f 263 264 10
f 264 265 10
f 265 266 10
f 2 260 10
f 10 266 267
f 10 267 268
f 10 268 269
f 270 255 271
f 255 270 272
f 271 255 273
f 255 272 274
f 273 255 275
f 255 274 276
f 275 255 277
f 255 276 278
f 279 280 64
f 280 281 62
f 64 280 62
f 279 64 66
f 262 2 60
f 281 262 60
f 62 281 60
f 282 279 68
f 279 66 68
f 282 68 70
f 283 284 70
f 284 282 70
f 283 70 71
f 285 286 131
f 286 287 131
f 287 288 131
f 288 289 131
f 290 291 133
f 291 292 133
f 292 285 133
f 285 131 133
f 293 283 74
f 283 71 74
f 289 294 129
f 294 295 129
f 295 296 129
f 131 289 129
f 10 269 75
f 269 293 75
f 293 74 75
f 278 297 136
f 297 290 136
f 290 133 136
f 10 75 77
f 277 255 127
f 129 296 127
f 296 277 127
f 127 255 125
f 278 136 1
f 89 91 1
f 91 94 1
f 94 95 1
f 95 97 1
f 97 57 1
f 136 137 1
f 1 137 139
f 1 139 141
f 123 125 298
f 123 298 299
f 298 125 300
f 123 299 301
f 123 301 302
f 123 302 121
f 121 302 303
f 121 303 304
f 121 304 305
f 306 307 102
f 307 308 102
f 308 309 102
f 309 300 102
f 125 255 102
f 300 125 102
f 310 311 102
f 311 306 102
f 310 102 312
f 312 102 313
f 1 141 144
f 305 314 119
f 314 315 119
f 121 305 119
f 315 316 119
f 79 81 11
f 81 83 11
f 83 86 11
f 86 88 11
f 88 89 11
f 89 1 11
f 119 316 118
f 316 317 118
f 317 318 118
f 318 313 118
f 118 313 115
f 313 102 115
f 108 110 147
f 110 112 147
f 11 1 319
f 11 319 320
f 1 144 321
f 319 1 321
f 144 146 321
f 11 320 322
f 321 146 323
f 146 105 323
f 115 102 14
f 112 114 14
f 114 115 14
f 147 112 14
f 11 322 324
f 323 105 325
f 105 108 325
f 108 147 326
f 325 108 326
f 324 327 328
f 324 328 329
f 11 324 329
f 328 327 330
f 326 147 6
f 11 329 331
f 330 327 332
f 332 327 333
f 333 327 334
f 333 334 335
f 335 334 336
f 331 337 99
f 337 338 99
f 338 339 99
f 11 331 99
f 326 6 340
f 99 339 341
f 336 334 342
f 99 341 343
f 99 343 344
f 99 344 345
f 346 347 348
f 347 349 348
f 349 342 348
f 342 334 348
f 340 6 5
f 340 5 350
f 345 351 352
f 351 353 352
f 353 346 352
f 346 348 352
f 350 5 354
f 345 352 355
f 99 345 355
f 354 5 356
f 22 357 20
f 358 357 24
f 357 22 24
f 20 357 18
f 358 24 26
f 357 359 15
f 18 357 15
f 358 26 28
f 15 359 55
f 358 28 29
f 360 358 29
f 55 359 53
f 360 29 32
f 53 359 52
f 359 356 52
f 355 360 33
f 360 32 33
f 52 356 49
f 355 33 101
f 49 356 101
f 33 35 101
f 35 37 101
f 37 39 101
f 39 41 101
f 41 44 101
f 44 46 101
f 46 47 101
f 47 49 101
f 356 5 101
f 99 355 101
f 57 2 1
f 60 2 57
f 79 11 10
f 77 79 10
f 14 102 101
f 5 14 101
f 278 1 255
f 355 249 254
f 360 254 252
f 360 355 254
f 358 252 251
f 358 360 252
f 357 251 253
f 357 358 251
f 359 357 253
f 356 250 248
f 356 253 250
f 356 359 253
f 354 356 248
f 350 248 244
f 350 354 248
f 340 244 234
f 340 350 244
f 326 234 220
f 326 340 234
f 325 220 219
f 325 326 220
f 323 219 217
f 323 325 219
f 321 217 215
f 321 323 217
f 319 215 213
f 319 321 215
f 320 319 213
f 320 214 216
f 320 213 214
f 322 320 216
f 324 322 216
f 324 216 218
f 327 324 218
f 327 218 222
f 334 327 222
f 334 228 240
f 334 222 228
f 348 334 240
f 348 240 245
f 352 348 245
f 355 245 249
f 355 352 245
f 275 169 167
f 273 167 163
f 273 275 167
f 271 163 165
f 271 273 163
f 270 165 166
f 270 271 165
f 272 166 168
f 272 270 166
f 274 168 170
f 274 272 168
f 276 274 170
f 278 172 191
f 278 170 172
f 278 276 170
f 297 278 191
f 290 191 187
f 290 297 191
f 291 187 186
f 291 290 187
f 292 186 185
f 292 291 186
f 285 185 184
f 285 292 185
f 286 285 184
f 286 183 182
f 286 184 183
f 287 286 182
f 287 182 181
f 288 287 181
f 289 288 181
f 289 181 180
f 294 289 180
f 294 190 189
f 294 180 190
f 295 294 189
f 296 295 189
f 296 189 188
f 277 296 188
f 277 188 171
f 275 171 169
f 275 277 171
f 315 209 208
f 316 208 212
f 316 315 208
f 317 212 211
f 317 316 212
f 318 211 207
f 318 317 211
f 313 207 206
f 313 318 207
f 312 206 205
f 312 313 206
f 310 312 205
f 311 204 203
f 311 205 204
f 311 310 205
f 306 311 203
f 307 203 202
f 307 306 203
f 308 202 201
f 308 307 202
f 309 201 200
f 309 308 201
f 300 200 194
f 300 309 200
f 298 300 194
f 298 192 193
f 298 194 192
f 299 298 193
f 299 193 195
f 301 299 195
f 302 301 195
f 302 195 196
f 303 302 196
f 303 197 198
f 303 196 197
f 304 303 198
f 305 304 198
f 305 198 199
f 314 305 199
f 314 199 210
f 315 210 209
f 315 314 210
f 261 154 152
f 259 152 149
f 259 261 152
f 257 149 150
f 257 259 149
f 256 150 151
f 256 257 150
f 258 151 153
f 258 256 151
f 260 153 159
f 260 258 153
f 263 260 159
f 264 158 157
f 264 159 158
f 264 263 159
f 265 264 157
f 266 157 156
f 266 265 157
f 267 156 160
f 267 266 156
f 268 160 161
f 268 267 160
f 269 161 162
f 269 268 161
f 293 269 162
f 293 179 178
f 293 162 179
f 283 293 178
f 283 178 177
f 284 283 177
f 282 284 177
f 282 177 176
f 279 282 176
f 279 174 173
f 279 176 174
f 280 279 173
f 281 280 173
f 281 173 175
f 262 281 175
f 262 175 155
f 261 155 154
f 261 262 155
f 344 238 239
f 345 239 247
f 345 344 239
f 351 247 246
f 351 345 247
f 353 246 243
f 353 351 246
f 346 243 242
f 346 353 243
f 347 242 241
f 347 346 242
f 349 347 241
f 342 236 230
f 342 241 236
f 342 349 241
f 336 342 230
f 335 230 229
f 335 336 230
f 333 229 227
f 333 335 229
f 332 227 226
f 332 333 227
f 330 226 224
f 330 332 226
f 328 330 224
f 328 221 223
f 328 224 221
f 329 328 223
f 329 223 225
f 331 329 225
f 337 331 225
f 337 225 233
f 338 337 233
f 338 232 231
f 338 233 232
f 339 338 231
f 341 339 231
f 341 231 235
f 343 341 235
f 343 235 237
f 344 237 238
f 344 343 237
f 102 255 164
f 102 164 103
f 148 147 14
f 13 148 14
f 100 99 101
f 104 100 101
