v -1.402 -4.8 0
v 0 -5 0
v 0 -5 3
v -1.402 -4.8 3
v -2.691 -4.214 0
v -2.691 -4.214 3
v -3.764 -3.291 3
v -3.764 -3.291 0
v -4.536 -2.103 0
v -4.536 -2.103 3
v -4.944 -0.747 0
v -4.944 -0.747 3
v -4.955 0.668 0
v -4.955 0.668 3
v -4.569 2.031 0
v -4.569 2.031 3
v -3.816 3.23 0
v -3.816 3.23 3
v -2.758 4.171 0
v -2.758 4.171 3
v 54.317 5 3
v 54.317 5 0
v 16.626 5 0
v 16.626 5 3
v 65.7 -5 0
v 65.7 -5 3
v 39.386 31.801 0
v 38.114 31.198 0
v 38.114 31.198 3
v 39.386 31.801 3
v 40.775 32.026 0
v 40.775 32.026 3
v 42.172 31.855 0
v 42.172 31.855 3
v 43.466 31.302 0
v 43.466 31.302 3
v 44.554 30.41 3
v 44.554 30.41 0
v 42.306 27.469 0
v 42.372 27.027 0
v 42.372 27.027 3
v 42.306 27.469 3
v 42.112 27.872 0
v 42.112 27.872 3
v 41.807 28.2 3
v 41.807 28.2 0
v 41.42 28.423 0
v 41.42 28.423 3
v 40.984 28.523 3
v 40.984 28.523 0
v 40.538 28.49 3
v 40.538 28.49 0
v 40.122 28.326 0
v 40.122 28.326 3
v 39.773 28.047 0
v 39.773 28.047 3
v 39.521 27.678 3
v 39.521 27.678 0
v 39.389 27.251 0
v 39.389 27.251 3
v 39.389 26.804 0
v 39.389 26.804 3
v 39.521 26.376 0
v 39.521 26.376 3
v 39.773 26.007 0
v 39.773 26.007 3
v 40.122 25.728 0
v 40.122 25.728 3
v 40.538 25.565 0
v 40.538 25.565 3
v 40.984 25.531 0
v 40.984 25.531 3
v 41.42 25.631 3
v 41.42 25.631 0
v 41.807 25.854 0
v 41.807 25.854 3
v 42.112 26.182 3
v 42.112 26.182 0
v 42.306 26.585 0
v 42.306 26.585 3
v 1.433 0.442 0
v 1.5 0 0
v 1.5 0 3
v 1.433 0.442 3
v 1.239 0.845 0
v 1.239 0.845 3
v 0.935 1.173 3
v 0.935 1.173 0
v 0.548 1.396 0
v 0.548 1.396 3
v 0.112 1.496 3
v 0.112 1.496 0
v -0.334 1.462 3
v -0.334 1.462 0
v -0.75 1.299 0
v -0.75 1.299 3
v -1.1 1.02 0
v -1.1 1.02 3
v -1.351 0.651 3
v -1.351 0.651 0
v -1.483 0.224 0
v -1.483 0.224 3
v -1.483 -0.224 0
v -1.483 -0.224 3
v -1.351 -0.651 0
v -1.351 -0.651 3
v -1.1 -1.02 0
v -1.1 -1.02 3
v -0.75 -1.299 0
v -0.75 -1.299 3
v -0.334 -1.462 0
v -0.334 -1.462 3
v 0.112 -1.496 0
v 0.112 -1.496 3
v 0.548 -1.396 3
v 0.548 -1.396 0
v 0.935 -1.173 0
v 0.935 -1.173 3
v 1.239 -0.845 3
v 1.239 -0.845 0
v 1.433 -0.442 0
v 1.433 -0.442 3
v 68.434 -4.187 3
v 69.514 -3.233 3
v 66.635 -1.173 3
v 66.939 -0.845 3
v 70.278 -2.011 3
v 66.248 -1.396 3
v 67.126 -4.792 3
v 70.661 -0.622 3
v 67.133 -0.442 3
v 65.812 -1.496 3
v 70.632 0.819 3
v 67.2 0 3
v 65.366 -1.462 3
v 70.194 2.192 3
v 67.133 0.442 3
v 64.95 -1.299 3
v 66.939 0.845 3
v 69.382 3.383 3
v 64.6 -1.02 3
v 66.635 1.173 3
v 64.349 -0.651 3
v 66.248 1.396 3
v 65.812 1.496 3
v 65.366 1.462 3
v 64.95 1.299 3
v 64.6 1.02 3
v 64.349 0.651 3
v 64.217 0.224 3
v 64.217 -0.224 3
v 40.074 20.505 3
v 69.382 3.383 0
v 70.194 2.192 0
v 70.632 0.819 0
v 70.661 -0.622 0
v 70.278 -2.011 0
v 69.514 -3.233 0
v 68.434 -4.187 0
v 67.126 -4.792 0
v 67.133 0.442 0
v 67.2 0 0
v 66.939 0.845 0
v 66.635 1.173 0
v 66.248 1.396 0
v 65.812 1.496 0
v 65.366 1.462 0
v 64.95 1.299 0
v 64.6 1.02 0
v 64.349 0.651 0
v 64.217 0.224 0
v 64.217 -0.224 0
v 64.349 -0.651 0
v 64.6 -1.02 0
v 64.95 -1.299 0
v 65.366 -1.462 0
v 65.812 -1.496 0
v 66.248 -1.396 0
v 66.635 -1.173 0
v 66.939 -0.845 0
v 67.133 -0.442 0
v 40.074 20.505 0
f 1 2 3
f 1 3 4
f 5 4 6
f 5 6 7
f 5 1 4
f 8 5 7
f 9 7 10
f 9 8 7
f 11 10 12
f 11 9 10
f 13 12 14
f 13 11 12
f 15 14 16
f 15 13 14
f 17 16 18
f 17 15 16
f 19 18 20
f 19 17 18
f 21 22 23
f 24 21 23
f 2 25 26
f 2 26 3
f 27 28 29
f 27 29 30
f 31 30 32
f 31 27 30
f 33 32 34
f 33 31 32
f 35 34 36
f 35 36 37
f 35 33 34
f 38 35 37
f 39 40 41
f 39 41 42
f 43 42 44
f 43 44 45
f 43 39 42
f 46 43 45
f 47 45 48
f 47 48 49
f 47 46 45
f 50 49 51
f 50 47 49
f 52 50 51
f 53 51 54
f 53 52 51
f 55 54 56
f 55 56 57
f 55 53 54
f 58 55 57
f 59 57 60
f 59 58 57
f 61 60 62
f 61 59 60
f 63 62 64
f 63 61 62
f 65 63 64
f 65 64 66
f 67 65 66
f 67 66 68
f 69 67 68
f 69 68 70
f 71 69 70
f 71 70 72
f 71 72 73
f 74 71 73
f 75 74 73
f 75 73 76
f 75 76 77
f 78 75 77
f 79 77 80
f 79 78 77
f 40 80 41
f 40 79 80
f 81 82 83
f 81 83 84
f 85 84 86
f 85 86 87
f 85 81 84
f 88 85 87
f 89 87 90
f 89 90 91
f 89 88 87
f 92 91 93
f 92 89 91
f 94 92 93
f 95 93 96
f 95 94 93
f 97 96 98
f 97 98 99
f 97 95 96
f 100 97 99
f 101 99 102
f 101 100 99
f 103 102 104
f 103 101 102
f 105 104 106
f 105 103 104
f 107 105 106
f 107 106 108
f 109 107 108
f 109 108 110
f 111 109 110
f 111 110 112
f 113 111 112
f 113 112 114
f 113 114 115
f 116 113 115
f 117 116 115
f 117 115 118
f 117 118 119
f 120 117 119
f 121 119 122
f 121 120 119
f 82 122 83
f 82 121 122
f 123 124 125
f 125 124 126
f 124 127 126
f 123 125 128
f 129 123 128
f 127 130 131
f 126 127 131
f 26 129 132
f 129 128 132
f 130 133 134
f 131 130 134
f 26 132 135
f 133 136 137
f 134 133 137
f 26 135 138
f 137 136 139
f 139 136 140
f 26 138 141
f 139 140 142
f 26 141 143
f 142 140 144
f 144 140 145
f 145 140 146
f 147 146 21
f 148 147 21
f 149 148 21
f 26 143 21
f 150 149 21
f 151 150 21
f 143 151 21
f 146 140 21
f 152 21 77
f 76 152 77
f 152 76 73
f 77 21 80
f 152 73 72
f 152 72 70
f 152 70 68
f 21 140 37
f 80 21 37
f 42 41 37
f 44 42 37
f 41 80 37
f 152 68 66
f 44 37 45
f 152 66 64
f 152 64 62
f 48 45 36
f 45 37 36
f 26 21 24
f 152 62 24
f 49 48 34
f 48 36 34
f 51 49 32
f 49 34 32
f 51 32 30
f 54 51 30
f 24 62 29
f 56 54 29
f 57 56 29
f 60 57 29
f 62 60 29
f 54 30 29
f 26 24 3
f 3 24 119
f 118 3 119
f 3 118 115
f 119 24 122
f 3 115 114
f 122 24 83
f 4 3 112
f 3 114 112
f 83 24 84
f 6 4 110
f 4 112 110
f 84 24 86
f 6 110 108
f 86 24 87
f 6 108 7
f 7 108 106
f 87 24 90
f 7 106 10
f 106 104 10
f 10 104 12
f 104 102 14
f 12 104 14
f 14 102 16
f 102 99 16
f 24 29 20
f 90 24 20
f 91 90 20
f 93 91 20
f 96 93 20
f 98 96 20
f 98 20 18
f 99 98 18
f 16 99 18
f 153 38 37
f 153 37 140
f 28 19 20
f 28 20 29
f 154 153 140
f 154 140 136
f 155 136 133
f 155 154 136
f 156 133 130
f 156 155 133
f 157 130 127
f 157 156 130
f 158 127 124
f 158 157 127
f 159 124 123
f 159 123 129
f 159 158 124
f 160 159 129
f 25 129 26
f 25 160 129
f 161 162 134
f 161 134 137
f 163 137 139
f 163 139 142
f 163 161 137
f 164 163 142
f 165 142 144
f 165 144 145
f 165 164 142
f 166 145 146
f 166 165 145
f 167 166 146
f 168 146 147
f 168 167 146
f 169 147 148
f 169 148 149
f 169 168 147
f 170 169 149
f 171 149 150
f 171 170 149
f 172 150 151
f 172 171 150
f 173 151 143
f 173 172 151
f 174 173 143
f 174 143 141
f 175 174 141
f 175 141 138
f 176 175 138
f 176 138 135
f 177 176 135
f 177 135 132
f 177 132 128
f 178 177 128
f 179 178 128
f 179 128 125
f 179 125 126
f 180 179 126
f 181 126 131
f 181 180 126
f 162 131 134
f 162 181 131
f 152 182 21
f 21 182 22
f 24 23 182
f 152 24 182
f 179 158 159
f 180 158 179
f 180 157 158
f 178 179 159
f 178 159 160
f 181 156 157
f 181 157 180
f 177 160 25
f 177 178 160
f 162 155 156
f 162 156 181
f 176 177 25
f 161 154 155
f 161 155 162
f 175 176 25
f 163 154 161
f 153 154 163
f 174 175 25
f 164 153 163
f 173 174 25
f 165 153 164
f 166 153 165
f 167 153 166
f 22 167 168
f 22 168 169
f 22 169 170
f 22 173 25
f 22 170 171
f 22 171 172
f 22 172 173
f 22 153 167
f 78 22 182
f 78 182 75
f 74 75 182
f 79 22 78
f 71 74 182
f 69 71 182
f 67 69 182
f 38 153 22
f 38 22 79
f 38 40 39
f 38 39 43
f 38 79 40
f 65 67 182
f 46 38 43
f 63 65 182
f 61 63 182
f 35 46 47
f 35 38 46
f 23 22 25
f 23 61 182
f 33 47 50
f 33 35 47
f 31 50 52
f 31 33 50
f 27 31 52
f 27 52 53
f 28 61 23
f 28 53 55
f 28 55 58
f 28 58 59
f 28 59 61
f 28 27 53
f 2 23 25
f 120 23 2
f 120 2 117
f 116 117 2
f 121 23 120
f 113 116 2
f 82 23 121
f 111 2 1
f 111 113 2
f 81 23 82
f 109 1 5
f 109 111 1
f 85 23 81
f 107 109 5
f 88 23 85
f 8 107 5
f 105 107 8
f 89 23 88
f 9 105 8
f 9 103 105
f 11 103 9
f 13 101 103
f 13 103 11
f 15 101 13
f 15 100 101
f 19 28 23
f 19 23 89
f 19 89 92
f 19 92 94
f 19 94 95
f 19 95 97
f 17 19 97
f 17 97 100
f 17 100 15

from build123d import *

# Parameters (mm, degrees)
SKETCH1_R           = 1.5
BOSS_EXTRUDE1_DEPTH = 3


with BuildPart() as part:
    # Sketch1 → Boss-Extrude1 (new body)
    with BuildSketch(Plane.XY):
        with BuildLine():
            Line((-2.757874024, 4.170627155), (38.114272094, 31.197792594))
            ThreePointArc((38.114272094, 31.197792594), (41.479478747, 31.990143081), (44.554321247, 30.409706839))
            Line((44.554321247, 30.409706839), (69.382175128, 3.382541401))
            ThreePointArc((69.382175128, 3.382541401), (70.277810995, -2.01088202), (65.7, -5))
            Line((65.7, -5), (0, -5))
            ThreePointArc((0, -5), (-4.788169576, -1.439941705), (-2.757874024, 4.170627155))
        make_face()
        with Locations((40.872146119, 27.027165439)):
            Circle(SKETCH1_R, mode=Mode.SUBTRACT)
        Circle(SKETCH1_R, mode=Mode.SUBTRACT)
        with Locations((65.7, 0)):
            Circle(SKETCH1_R, mode=Mode.SUBTRACT)
        Polygon((40.074023256, 20.505095423), (54.317405325, 5), (16.626261885, 5), align=None, mode=Mode.SUBTRACT)
    extrude(amount=BOSS_EXTRUDE1_DEPTH)


solid = part.part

========

• _THE PROBLEM_
Starting from the top of the records and ending at the line that contains "f 284 282 70", repeat each line exactly and return only those lines.

• _OUTPUT FOR THIS TASK_
f 263 264 10
f 264 265 10
f 265 266 10
f 2 260 10
f 10 266 267
f 10 267 268
f 10 268 269
f 270 255 271
f 255 270 272
f 271 255 273
f 255 272 274
f 273 255 275
f 255 274 276
f 275 255 277
f 255 276 278
f 279 280 64
f 280 281 62
f 64 280 62
f 279 64 66
f 262 2 60
f 281 262 60
f 62 281 60
f 282 279 68
f 279 66 68
f 282 68 70
f 283 284 70
f 284 282 70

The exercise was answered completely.